STATUS: On Dec. 5, the Supreme Court declined to review a ruling by the full U.S. Court of Appeals for the 1st Circuit that upheld the district’s policy. The Boston-based appeals court ruled 3-2 in June that the policy was narrowly tailored to the school district’s interest in achieving racial diversity in its schools.

Parents Involved in Community Schools v. Seattle School District No. 1

The Seattle school district has an admissions policy for its 10 high schools that says entering 9th graders can select any school. They are assigned if possible to their first choice, but if a school is oversubscribed, the district makes an assignment based on a variety of indicators, including whether the student will help bring racial balance to the school.

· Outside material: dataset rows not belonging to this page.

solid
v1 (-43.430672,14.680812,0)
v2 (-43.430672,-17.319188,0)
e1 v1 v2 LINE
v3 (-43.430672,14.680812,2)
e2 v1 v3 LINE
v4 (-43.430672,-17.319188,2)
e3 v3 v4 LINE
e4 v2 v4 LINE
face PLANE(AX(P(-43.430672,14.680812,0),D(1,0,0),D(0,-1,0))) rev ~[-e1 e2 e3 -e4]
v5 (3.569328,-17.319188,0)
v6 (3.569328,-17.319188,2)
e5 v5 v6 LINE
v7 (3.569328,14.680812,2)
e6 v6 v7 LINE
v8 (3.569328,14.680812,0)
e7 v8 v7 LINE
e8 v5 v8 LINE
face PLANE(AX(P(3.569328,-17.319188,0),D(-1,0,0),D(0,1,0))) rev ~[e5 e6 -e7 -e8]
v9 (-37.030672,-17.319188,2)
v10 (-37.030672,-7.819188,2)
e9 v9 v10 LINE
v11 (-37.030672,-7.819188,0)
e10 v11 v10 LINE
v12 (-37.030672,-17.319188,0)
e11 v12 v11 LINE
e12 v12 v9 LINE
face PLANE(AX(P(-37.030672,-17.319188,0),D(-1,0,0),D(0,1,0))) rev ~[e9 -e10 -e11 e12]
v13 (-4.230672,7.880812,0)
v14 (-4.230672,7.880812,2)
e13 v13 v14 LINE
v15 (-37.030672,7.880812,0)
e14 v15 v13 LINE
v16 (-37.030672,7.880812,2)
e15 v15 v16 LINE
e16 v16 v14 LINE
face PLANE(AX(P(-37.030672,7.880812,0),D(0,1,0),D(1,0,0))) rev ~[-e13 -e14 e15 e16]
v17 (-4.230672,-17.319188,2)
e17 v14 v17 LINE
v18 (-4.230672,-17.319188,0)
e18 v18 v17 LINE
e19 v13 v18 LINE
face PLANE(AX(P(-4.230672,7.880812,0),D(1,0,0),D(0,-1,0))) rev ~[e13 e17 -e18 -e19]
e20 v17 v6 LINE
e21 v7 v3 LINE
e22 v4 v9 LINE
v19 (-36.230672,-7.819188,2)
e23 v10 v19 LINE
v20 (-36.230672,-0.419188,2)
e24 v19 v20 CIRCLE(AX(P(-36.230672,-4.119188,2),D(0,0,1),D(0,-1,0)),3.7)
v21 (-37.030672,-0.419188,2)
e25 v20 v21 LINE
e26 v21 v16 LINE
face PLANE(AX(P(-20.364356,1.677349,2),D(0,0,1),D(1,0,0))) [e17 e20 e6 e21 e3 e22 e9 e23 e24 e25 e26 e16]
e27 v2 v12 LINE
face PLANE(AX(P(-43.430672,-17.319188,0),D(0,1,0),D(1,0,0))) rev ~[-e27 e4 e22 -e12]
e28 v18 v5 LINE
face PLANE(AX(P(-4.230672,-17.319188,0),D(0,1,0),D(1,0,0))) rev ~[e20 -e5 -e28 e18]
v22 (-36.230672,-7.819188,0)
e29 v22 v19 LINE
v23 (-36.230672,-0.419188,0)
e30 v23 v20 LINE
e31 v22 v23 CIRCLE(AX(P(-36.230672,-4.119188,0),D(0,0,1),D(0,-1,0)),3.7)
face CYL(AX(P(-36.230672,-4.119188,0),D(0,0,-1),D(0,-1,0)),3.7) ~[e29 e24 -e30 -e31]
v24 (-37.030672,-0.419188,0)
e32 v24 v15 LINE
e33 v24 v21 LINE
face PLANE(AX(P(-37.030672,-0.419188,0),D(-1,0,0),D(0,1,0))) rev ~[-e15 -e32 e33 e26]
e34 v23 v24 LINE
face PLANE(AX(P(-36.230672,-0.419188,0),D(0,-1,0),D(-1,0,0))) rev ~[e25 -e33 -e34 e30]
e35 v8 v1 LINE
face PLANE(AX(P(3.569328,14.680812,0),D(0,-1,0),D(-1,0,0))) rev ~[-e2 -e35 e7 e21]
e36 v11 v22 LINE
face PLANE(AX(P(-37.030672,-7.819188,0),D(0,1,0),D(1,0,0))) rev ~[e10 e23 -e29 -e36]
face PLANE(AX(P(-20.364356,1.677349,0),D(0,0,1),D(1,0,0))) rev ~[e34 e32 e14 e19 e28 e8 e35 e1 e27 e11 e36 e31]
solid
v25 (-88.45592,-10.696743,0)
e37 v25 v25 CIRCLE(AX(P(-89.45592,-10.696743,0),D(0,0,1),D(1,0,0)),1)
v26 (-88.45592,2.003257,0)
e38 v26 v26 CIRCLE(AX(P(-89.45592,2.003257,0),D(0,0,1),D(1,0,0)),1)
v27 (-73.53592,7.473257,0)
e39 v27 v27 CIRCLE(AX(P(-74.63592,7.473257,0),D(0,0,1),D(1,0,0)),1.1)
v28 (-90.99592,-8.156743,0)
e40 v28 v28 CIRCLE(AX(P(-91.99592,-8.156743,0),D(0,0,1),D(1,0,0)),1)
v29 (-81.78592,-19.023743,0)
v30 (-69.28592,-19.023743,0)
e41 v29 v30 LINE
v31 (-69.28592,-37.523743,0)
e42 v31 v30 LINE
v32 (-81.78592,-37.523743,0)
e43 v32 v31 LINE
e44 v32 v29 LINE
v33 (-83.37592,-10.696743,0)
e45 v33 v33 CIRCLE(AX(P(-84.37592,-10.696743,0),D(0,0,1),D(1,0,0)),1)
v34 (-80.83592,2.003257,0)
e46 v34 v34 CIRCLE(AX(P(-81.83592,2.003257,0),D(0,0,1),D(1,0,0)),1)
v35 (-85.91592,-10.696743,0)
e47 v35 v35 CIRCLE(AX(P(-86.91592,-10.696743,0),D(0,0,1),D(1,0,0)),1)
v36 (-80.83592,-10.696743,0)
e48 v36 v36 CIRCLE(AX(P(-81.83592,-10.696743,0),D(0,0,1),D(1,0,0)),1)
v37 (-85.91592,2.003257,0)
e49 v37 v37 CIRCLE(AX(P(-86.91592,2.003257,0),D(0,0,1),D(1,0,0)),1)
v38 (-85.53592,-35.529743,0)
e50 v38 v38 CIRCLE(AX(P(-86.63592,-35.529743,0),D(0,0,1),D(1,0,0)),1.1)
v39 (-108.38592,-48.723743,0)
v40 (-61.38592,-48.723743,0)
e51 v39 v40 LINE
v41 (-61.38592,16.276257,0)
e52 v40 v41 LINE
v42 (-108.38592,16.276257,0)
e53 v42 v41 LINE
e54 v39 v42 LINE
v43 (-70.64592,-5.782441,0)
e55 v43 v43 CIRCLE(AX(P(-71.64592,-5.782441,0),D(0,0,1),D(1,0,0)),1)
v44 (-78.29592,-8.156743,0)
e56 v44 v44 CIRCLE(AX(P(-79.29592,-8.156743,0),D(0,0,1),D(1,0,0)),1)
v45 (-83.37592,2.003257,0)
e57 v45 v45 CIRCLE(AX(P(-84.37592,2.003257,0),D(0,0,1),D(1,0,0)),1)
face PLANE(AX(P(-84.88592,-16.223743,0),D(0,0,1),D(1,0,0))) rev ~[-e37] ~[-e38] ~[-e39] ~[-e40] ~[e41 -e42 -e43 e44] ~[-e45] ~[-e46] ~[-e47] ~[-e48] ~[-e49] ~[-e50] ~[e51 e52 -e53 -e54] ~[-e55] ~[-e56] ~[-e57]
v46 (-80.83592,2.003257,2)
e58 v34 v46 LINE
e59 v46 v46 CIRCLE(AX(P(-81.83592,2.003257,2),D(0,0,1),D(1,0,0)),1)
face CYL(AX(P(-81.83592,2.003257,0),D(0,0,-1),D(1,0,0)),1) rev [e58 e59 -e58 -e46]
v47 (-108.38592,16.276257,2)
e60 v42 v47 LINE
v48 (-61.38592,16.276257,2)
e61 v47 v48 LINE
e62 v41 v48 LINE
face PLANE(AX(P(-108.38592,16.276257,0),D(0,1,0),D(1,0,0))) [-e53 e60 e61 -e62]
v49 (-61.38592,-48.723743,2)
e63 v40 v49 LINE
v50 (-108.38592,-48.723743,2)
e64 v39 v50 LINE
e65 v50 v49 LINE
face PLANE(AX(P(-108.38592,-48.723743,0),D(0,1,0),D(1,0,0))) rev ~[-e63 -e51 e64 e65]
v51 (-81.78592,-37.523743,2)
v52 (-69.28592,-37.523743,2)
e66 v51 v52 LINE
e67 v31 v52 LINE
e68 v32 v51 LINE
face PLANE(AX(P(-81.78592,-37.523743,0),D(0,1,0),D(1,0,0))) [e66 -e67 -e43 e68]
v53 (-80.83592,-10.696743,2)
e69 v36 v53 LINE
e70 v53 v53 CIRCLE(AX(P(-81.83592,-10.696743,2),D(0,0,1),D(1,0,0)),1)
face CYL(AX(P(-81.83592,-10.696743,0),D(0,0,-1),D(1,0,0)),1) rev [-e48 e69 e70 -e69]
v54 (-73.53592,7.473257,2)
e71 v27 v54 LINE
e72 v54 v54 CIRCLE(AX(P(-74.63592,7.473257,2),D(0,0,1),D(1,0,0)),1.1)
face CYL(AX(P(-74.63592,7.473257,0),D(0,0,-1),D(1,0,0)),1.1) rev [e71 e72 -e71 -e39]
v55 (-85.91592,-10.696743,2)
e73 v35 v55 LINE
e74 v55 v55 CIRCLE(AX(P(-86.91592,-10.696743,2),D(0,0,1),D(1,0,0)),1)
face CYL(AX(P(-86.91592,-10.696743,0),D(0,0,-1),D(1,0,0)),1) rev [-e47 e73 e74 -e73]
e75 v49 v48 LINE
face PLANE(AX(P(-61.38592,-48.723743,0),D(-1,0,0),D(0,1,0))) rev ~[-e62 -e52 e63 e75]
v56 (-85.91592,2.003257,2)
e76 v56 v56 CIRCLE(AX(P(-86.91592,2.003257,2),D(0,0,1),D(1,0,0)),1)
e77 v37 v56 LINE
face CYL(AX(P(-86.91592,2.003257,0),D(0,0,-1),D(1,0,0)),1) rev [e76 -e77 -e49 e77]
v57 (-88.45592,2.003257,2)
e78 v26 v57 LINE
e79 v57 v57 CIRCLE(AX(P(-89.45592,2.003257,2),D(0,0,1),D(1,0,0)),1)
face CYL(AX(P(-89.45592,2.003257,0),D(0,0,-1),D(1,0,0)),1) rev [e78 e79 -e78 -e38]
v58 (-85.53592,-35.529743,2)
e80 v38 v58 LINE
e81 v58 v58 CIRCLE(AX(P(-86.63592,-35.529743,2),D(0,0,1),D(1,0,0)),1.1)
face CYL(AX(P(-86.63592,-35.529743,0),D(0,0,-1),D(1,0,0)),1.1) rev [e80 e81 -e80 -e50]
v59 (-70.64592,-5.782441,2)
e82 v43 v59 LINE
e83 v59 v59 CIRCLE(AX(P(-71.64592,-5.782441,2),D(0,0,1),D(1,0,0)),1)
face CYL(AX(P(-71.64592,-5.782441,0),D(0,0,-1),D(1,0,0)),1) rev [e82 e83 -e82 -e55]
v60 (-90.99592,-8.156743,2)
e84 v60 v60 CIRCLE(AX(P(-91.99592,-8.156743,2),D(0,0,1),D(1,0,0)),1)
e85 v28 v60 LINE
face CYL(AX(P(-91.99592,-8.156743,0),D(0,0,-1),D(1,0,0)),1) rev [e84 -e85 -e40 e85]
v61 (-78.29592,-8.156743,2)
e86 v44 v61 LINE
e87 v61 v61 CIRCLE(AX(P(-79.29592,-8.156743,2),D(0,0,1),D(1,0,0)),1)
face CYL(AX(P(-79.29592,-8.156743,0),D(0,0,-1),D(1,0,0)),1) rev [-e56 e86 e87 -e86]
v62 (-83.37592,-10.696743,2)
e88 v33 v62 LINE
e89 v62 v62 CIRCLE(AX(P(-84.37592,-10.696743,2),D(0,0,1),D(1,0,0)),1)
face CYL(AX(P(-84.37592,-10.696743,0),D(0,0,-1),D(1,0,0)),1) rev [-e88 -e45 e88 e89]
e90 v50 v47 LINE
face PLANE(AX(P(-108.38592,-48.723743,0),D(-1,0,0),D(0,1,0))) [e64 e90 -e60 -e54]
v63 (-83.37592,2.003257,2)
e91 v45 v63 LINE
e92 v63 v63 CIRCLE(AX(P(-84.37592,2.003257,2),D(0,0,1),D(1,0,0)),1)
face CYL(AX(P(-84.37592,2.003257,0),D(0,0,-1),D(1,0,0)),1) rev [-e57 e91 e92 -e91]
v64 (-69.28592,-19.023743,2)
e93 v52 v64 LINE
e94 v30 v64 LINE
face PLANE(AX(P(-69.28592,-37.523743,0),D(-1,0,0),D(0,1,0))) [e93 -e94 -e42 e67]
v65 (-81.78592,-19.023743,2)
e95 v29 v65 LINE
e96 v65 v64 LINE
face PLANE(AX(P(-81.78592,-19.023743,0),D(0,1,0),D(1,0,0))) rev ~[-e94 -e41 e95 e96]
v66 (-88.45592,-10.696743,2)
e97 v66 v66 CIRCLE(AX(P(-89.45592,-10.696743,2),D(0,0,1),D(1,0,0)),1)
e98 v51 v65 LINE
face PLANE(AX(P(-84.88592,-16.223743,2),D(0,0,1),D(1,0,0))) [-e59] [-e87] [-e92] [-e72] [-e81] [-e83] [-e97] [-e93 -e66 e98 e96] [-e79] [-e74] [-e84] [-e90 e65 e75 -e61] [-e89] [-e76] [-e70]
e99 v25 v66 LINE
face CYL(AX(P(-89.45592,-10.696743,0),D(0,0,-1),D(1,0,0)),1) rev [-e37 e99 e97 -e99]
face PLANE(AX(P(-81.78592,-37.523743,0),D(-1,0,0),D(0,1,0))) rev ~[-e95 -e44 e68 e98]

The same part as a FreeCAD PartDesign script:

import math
import FreeCAD as App
import Part
import Sketcher

doc = App.newDocument("Part")
body = doc.addObject("PartDesign::Body", "Body")

sketch1 = body.newObject("Sketcher::SketchObject", "Sketch")
sketch1.AttachmentSupport = (doc.getObject("XY_Plane"), [""])
sketch1.MapMode = "FlatFace"
sketch1.addGeometry(Part.LineSegment(App.Vector(-108.4, 16.3, 0), App.Vector(-108.4, -48.7, 0)), False)
sketch1.addGeometry(Part.LineSegment(App.Vector(-108.4, -48.7, 0), App.Vector(-61.4, -48.7, 0)), False)
sketch1.addGeometry(Part.LineSegment(App.Vector(-61.4, -48.7, 0), App.Vector(-61.4, 16.3, 0)), False)
sketch1.addGeometry(Part.LineSegment(App.Vector(-61.4, 16.3, 0), App.Vector(-108.4, 16.3, 0)), False)
sketch1.addGeometry(Part.Circle(App.Vector(-86.6, -35.5, 0), App.Vector(0, 0, 1), 1.1), False)
sketch1.addGeometry(Part.LineSegment(App.Vector(-69.3, -37.5, 0), App.Vector(-81.8, -37.5, 0)), False)
sketch1.addGeometry(Part.LineSegment(App.Vector(-81.8, -37.5, 0), App.Vector(-81.8, -19, 0)), False)
sketch1.addGeometry(Part.LineSegment(App.Vector(-81.8, -19, 0), App.Vector(-69.3, -19, 0)), False)
sketch1.addGeometry(Part.LineSegment(App.Vector(-69.3, -19, 0), App.Vector(-69.3, -37.5, 0)), False)
sketch1.addGeometry(Part.Circle(App.Vector(-89.5, -10.7, 0), App.Vector(0, 0, 1), 1), False)
sketch1.addGeometry(Part.Circle(App.Vector(-92, -8.2, 0), App.Vector(0, 0, 1), 1), False)
sketch1.addGeometry(Part.Circle(App.Vector(-86.9, -10.7, 0), App.Vector(0, 0, 1), 1), False)
sketch1.addGeometry(Part.Circle(App.Vector(-84.4, -10.7, 0), App.Vector(0, 0, 1), 1), False)
sketch1.addGeometry(Part.Circle(App.Vector(-81.8, -10.7, 0), App.Vector(0, 0, 1), 1), False)
sketch1.addGeometry(Part.Circle(App.Vector(-89.5, 2, 0), App.Vector(0, 0, 1), 1), False)
sketch1.addGeometry(Part.Circle(App.Vector(-86.9, 2, 0), App.Vector(0, 0, 1), 1), False)
sketch1.addGeometry(Part.Circle(App.Vector(-84.4, 2, 0), App.Vector(0, 0, 1), 1), False)
sketch1.addGeometry(Part.Circle(App.Vector(-81.8, 2, 0), App.Vector(0, 0, 1), 1), False)
sketch1.addGeometry(Part.Circle(App.Vector(-79.3, -8.2, 0), App.Vector(0, 0, 1), 1), False)
sketch1.addGeometry(Part.Circle(App.Vector(-71.6, -5.8, 0), App.Vector(0, 0, 1), 1), False)
sketch1.addGeometry(Part.Circle(App.Vector(-74.6, 7.5, 0), App.Vector(0, 0, 1), 1.1), False)
sketch1.addConstraint(Sketcher.Constraint("Coincident", 0, 2, 1, 1))
sketch1.addConstraint(Sketcher.Constraint("Coincident", 1, 2, 2, 1))
sketch1.addConstraint(Sketcher.Constraint("Coincident", 2, 2, 3, 1))
sketch1.addConstraint(Sketcher.Constraint("Coincident", 3, 2, 0, 1))
sketch1.addConstraint(Sketcher.Constraint("Coincident", 5, 2, 6, 1))
sketch1.addConstraint(Sketcher.Constraint("Coincident", 6, 2, 7, 1))
sketch1.addConstraint(Sketcher.Constraint("Coincident", 7, 2, 8, 1))
sketch1.addConstraint(Sketcher.Constraint("Coincident", 8, 2, 5, 1))
sketch1.addConstraint(Sketcher.Constraint("Vertical", 0))
sketch1.addConstraint(Sketcher.Constraint("Horizontal", 1))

A parents’ group filed a lawsuit in 2001 challenging the policy.

STATUS: On Oct. 20, a 7-4 majority of the full U.S. Court of Appeals for the 9th Circuit, in San Francisco, upheld the district’s policy as narrowly tailored to achieve racial diversity.

McFarland v. Jefferson County Public Schools

The Jefferson County, Ky., district in 2001 adopted a “managed-choice” student assignment plan that includes the consideration of race for some student assignments. The plan seeks to have a black enrollment of at least 15 percent and no more than 50 percent at each school. The consideration of race was more explicit at nine “traditional” schools. Several parents challenged the plan in court.

STATUS: On July 21, a three-judge panel of the U.S. Court of Appeals for the 6th Circuit, in Cincinnati, unanimously upheld most aspects of the district’s plan. The court adopted the reasoning of the federal district judge in the case, who had ruled in 2004 that the 2001 plan was narrowly tailored to achieve diversity, but that the racial categories used for the traditional schools did not pass muster.